The Arduino Due features 12 analog ADC, however the AT91SAM3X8E chip has 16 analog pins. 

Is it possible to access the 4 omitted ADCs from the Due headers and program them in the IDE?  Thank you.

Graynomad

In typical Atmel marketing-BS the SAM only has 15 usable ADC inputs because the 16th is dedicated to the internal temp sensor.

AD0:7 and AD10:13 are the official analogue inputs.

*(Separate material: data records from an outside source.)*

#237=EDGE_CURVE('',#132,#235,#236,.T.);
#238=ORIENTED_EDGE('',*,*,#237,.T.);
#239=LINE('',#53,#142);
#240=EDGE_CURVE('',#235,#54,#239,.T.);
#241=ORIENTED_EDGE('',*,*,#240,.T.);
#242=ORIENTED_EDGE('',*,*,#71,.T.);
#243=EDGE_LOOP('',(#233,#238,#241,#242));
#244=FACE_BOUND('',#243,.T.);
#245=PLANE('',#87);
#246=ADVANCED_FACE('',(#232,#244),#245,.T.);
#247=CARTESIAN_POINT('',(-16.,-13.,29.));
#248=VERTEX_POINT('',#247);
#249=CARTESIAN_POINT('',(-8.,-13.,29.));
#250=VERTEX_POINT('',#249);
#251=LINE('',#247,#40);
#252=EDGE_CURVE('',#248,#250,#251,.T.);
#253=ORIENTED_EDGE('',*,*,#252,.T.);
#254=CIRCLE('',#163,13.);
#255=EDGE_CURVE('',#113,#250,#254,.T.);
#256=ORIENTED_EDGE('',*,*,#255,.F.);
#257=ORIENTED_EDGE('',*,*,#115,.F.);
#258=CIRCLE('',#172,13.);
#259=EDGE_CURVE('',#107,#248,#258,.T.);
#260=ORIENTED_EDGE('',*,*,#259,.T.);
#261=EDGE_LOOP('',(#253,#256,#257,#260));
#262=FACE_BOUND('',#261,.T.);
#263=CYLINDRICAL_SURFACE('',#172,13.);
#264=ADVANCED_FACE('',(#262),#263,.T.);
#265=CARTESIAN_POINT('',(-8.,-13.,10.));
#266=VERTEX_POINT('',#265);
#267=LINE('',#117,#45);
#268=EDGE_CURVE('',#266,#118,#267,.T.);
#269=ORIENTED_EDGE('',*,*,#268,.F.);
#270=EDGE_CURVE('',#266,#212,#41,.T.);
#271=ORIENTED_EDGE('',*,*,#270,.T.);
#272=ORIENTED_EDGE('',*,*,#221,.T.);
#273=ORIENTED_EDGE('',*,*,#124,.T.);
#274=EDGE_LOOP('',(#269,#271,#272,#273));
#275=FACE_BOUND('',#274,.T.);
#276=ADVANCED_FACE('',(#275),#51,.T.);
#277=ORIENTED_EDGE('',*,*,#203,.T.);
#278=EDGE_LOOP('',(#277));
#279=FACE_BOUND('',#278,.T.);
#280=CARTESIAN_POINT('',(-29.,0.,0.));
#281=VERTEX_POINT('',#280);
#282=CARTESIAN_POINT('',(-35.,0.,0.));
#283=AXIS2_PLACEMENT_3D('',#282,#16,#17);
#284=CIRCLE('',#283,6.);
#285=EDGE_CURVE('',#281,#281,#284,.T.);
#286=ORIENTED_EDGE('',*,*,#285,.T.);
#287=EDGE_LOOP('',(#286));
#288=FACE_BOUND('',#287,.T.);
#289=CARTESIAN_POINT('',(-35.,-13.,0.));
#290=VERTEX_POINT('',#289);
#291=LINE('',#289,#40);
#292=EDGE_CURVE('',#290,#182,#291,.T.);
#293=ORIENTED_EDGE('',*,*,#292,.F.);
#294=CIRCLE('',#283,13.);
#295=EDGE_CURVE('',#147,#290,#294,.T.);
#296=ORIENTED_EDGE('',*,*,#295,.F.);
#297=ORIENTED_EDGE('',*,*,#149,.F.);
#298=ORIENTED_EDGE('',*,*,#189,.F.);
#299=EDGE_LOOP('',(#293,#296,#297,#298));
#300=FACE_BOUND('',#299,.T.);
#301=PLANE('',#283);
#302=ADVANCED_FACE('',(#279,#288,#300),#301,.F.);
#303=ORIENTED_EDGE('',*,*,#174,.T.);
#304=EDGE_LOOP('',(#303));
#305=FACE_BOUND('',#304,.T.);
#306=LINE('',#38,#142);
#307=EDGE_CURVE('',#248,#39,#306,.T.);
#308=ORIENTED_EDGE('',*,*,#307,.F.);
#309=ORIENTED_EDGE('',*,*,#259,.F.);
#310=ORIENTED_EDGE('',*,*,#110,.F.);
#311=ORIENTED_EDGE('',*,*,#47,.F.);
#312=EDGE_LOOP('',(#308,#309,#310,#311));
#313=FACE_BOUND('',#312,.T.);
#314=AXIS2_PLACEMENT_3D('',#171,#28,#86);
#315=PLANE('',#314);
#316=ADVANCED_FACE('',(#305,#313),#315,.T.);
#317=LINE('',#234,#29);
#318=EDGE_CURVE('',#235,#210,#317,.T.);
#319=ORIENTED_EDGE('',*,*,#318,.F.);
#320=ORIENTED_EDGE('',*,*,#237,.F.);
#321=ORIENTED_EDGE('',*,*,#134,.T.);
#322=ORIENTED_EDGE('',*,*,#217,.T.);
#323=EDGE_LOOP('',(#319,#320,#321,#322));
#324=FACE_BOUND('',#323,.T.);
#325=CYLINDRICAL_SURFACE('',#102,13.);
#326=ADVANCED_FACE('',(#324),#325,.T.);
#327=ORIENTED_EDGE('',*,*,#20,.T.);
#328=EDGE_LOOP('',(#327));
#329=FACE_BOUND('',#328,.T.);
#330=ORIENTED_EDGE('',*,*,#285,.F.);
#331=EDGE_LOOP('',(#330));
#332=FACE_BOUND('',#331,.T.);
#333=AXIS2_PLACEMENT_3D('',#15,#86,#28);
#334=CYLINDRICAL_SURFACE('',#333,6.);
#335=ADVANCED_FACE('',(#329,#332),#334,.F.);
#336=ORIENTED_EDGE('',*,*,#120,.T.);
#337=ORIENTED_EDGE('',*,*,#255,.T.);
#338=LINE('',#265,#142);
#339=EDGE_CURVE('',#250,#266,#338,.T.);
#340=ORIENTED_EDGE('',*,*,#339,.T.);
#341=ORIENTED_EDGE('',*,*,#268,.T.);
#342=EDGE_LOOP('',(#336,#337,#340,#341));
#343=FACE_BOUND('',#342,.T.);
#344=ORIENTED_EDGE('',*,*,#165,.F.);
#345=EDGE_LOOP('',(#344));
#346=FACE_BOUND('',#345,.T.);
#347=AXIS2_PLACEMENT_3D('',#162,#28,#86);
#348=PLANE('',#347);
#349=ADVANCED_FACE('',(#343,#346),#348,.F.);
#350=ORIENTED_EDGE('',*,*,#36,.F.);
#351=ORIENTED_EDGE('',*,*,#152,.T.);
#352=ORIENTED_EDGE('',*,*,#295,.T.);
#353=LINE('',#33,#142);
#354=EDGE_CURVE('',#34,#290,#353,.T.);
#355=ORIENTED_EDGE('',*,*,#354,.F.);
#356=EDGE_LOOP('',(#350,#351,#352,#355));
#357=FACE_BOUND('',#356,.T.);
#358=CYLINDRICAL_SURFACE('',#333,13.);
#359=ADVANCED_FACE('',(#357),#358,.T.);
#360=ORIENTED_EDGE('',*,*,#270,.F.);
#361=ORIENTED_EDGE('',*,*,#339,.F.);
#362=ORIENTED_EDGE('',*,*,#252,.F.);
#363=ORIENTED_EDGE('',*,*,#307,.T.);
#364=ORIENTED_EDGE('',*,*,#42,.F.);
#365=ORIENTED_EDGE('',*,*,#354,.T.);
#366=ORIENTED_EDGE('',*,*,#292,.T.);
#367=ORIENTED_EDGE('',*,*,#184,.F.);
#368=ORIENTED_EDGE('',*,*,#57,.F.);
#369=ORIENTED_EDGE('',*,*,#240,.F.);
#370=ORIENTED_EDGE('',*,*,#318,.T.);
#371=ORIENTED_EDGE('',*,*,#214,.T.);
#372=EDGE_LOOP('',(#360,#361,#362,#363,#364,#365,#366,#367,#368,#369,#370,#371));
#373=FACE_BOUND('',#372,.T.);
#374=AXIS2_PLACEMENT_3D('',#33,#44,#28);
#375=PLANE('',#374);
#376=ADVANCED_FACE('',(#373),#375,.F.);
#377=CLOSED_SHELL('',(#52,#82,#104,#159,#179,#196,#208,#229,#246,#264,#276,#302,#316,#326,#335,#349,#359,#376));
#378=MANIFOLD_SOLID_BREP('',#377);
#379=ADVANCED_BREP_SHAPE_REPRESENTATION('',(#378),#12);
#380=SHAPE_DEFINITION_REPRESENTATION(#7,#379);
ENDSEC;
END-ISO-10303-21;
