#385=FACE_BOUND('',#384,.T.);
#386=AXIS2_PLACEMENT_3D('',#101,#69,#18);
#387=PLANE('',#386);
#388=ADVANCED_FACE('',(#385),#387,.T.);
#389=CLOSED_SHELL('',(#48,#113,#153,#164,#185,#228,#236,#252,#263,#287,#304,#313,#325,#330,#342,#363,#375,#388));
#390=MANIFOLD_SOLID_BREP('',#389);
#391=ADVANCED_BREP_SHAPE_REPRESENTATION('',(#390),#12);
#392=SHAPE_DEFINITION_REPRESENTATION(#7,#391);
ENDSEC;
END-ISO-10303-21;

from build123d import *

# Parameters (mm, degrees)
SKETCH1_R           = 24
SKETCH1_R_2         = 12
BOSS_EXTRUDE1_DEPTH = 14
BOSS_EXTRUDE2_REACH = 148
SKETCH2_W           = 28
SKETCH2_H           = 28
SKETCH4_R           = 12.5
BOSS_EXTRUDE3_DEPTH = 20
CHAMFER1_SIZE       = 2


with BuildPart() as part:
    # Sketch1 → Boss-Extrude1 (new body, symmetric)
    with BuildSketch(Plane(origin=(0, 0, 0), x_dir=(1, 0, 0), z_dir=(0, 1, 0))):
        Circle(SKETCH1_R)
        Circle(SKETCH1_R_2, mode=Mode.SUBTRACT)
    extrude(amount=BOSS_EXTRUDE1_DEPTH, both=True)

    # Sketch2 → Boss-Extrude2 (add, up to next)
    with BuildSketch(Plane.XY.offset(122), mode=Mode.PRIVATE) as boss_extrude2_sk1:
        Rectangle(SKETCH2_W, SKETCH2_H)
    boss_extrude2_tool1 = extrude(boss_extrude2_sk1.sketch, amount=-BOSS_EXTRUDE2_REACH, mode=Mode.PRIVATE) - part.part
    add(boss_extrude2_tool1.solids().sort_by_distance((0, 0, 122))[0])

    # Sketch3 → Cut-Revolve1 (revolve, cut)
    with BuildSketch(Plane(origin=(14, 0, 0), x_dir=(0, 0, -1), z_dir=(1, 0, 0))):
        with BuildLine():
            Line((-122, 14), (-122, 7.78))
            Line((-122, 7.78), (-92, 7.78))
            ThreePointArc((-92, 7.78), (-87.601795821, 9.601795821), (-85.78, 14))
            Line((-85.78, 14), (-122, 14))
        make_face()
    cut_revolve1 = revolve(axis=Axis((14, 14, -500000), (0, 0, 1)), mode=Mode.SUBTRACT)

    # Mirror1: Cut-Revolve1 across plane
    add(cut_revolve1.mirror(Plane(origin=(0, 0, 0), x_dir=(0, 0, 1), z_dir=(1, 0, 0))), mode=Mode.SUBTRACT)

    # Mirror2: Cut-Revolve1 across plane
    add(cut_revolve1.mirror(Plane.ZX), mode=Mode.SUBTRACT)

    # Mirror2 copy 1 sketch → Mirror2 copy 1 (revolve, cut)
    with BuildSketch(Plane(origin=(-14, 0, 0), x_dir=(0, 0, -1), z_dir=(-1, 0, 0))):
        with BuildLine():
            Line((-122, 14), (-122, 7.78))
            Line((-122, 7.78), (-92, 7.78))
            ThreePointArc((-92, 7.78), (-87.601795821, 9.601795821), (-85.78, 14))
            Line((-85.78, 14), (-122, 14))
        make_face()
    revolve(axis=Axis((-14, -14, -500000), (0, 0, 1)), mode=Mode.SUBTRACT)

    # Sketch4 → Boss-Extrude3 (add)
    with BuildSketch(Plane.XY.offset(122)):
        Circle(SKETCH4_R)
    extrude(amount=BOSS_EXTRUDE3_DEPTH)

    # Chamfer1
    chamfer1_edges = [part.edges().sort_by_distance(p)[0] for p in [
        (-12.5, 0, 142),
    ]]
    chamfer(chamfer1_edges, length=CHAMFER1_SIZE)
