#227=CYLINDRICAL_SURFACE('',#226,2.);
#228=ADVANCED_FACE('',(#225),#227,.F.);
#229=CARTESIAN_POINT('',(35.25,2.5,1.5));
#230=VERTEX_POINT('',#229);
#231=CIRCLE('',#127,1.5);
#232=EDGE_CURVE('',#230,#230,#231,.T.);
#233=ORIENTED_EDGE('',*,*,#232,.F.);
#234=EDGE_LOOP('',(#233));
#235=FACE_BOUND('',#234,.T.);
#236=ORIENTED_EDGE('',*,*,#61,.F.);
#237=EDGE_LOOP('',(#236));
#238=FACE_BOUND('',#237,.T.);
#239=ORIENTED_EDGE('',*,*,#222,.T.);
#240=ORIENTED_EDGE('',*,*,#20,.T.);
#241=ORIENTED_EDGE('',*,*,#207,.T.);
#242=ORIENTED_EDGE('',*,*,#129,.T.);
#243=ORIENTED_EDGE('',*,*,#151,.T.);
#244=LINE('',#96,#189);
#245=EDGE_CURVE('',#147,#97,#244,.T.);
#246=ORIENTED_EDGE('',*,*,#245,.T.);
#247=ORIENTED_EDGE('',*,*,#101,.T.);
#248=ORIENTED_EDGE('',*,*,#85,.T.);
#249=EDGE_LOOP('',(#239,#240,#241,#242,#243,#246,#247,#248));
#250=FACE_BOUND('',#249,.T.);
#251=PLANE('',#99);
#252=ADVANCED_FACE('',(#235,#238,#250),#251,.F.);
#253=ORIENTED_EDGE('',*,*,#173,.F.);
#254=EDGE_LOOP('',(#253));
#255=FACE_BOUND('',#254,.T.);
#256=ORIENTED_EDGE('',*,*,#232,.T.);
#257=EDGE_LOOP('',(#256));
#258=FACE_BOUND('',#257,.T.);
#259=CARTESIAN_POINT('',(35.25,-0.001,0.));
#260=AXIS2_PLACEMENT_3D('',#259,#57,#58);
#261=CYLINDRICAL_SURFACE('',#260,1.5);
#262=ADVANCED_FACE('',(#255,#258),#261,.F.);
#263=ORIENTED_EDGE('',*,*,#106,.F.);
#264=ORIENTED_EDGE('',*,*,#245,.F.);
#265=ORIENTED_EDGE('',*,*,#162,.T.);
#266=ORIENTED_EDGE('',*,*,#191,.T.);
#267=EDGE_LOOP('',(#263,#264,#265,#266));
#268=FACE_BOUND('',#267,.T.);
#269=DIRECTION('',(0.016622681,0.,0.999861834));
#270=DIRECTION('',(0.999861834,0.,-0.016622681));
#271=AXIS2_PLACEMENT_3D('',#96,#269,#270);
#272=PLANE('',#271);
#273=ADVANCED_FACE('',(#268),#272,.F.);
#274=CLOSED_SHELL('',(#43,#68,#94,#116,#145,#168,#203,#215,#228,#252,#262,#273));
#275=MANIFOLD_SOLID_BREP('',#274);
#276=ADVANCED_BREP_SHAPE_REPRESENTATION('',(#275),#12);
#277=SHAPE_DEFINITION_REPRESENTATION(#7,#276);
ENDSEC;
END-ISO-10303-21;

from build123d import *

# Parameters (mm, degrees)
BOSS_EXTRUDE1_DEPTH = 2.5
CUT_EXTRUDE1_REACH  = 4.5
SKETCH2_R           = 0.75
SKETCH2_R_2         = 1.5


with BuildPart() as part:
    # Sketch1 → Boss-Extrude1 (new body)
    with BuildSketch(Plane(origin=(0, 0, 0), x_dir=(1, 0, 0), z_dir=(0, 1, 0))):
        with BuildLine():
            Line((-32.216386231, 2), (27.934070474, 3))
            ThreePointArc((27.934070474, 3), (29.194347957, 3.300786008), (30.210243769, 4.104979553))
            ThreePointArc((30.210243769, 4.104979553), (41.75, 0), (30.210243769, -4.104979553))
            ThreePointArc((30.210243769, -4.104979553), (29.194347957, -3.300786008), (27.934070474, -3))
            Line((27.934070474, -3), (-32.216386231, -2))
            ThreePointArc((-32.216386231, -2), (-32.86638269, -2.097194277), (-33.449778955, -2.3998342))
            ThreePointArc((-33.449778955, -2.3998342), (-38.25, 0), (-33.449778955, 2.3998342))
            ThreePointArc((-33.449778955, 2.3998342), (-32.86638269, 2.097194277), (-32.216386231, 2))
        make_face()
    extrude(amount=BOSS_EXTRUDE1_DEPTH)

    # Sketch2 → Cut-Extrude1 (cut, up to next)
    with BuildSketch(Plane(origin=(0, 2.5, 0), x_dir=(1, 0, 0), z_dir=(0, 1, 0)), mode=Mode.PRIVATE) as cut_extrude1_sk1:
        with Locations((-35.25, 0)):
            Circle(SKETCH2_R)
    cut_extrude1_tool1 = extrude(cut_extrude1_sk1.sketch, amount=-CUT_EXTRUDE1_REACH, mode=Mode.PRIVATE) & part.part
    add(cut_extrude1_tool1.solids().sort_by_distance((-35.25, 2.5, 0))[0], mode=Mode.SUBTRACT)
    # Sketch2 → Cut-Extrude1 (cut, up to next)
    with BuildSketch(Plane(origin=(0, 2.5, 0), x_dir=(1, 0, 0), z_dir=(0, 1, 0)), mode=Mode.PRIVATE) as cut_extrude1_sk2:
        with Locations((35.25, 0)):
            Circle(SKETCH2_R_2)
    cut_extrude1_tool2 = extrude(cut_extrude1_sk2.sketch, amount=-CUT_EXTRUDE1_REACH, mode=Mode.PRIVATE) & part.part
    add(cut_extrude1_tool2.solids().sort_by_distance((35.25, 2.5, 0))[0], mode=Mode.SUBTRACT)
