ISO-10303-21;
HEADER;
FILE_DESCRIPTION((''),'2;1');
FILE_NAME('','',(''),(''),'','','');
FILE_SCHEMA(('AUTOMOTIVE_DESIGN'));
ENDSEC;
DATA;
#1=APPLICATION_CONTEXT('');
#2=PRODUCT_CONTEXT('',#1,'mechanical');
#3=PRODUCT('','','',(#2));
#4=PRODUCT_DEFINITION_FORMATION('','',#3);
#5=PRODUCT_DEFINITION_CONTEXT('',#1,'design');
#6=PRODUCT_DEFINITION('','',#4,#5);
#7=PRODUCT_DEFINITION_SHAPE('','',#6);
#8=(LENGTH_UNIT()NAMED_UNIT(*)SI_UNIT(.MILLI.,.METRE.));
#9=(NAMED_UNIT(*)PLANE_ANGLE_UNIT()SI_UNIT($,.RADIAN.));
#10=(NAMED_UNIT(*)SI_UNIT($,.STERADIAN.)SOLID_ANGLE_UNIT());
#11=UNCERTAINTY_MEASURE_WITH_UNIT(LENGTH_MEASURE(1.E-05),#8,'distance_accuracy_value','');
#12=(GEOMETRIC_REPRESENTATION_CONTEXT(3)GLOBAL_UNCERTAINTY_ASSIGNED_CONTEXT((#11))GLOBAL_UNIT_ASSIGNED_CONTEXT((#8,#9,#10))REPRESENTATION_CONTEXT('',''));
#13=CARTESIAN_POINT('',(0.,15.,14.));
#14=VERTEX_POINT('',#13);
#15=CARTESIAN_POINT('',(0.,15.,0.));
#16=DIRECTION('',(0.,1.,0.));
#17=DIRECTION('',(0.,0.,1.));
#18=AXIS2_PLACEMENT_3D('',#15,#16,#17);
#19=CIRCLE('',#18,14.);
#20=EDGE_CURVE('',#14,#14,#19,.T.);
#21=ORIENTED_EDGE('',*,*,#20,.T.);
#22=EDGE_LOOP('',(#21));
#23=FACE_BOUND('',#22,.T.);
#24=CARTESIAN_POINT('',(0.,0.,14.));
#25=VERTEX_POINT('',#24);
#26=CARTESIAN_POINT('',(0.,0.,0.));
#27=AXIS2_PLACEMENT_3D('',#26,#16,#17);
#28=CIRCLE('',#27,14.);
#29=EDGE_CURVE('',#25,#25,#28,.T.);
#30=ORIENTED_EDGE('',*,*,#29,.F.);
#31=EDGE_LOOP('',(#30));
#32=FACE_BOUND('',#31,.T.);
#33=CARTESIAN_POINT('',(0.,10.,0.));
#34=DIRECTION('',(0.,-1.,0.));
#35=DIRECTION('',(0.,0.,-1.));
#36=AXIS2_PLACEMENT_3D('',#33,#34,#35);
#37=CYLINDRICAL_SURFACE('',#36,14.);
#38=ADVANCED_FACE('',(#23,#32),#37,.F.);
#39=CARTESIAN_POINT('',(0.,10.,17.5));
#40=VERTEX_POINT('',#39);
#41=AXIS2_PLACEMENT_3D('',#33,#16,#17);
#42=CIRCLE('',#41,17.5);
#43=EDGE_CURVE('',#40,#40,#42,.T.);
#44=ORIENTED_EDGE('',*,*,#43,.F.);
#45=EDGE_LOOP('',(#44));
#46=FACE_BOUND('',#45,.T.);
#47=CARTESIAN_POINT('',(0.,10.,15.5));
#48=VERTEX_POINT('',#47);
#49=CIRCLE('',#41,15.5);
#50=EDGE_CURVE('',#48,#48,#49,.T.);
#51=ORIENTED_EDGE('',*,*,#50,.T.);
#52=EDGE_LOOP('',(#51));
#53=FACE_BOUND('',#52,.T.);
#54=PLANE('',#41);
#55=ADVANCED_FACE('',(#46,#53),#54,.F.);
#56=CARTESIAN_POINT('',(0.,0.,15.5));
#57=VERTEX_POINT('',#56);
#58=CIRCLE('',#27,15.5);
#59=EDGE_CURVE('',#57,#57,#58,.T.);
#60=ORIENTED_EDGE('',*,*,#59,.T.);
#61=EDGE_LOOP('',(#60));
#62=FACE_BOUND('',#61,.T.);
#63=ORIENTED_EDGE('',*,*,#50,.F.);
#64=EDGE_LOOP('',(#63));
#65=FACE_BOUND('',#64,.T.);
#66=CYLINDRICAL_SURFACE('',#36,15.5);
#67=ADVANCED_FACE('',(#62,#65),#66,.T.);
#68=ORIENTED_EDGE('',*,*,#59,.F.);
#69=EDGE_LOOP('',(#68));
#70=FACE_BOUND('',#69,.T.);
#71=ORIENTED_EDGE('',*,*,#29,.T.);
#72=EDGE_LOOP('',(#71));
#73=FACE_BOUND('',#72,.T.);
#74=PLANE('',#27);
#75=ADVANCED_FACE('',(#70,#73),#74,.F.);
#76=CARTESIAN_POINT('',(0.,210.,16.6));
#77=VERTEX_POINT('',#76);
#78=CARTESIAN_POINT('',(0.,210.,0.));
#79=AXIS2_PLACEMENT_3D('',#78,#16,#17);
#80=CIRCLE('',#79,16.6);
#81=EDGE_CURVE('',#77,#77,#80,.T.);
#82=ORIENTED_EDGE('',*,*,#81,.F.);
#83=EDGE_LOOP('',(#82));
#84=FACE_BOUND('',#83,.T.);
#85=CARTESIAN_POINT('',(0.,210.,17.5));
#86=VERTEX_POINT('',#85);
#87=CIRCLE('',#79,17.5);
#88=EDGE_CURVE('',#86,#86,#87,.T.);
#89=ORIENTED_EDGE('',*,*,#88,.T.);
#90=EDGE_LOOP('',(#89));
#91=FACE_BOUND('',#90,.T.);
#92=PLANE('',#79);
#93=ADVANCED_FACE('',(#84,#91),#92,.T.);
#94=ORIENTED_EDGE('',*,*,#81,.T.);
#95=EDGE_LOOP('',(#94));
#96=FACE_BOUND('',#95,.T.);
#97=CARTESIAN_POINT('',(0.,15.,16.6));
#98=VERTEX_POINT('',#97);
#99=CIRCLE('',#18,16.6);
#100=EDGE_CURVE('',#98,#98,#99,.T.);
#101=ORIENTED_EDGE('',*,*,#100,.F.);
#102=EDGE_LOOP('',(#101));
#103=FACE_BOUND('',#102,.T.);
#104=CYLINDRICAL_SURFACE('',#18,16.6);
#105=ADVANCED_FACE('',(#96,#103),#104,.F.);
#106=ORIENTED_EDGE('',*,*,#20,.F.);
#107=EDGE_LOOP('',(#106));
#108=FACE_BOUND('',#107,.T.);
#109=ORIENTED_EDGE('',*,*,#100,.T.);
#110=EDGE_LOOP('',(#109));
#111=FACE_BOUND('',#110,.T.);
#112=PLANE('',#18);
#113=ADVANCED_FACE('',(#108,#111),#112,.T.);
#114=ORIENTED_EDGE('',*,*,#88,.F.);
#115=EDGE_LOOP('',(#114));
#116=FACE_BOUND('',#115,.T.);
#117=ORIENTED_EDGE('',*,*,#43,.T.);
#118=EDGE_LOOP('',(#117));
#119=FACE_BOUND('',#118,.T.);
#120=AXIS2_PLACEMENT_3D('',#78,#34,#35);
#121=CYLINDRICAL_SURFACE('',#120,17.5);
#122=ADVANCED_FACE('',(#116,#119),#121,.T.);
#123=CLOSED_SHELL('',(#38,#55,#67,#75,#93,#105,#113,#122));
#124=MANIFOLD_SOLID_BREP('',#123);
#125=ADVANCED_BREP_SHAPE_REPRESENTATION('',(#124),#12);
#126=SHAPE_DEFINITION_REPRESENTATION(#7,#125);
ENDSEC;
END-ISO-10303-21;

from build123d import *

# Parameters (mm, degrees)
SKETCH1_R           = 15.5
SKETCH1_R_2         = 14
BOSS_EXTRUDE1_DEPTH = 10
SKETCH4_R           = 17.5
SKETCH4_R_2         = 14
BOSS_EXTRUDE2_DEPTH = 200
SKETCH5_R           = 16.6
CUT_EXTRUDE2_DEPTH  = 195


with BuildPart() as part:
    # Sketch1 → Boss-Extrude1 (new body)
    with BuildSketch(Plane(origin=(0, 0, 0), x_dir=(1, 0, 0), z_dir=(0, 1, 0))):
        with Locations(Location((0, 0, 0), (0, 0, 270))):
            Circle(SKETCH1_R)
        with Locations(Location((0, 0, 0), (0, 0, 270))):
            Circle(SKETCH1_R_2, mode=Mode.SUBTRACT)
    extrude(amount=BOSS_EXTRUDE1_DEPTH)

    # Sketch4 → Boss-Extrude2 (add)
    with BuildSketch(Plane(origin=(0, 10, 0), x_dir=(1, 0, 0), z_dir=(0, 1, 0))):
        with Locations(Location((0, 0, 0), (0, 0, 270))):
            Circle(SKETCH4_R)
        with Locations(Location((0, 0, 0), (0, 0, 270))):
            Circle(SKETCH4_R_2, mode=Mode.SUBTRACT)
    extrude(amount=BOSS_EXTRUDE2_DEPTH)

    # Sketch5 → Cut-Extrude2 (cut)
    with BuildSketch(Plane(origin=(0, 210, 0), x_dir=(1, 0, 0), z_dir=(0, 1, 0))):
        with Locations(Location((0, 0, 0), (0, 0, 270))):
            Circle(SKETCH5_R)
    extrude(amount=-CUT_EXTRUDE2_DEPTH, mode=Mode.SUBTRACT)


solid = part.part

Here is a list of the non-official ADC inputs

AD8 - PB12 - SDA - D20
AD9 - PB13 - SCL - D21
AD14 - PB21 - D52
AD15 - internal temp

So you can get access to them (except AD15) but bear in mind that D20 and D21 have pullup resistors for the I2C.

_____
Rob
Rob Gray aka the GRAYnomad www.robgray.com

randomvibe

Thanks for the response.

Are the I2C pull-ups on the Due board or the chip?  If on the chip, can they be disabled to make a proper ADC channel?

Graynomad

The resistors are on the board, you would have to physically remove them. Alternatively drive the inputs with a low-impedance source like an opamp, I doubt that would be affected by the 1k5 resistor.

_____
Rob
Rob Gray aka the GRAYnomad www.robgray.com

robtillaart

Quote
AD15 - internal temp

So you can get access to them (except AD15) but bear in mind that D20 and D21 have pullup resistors for the I2C.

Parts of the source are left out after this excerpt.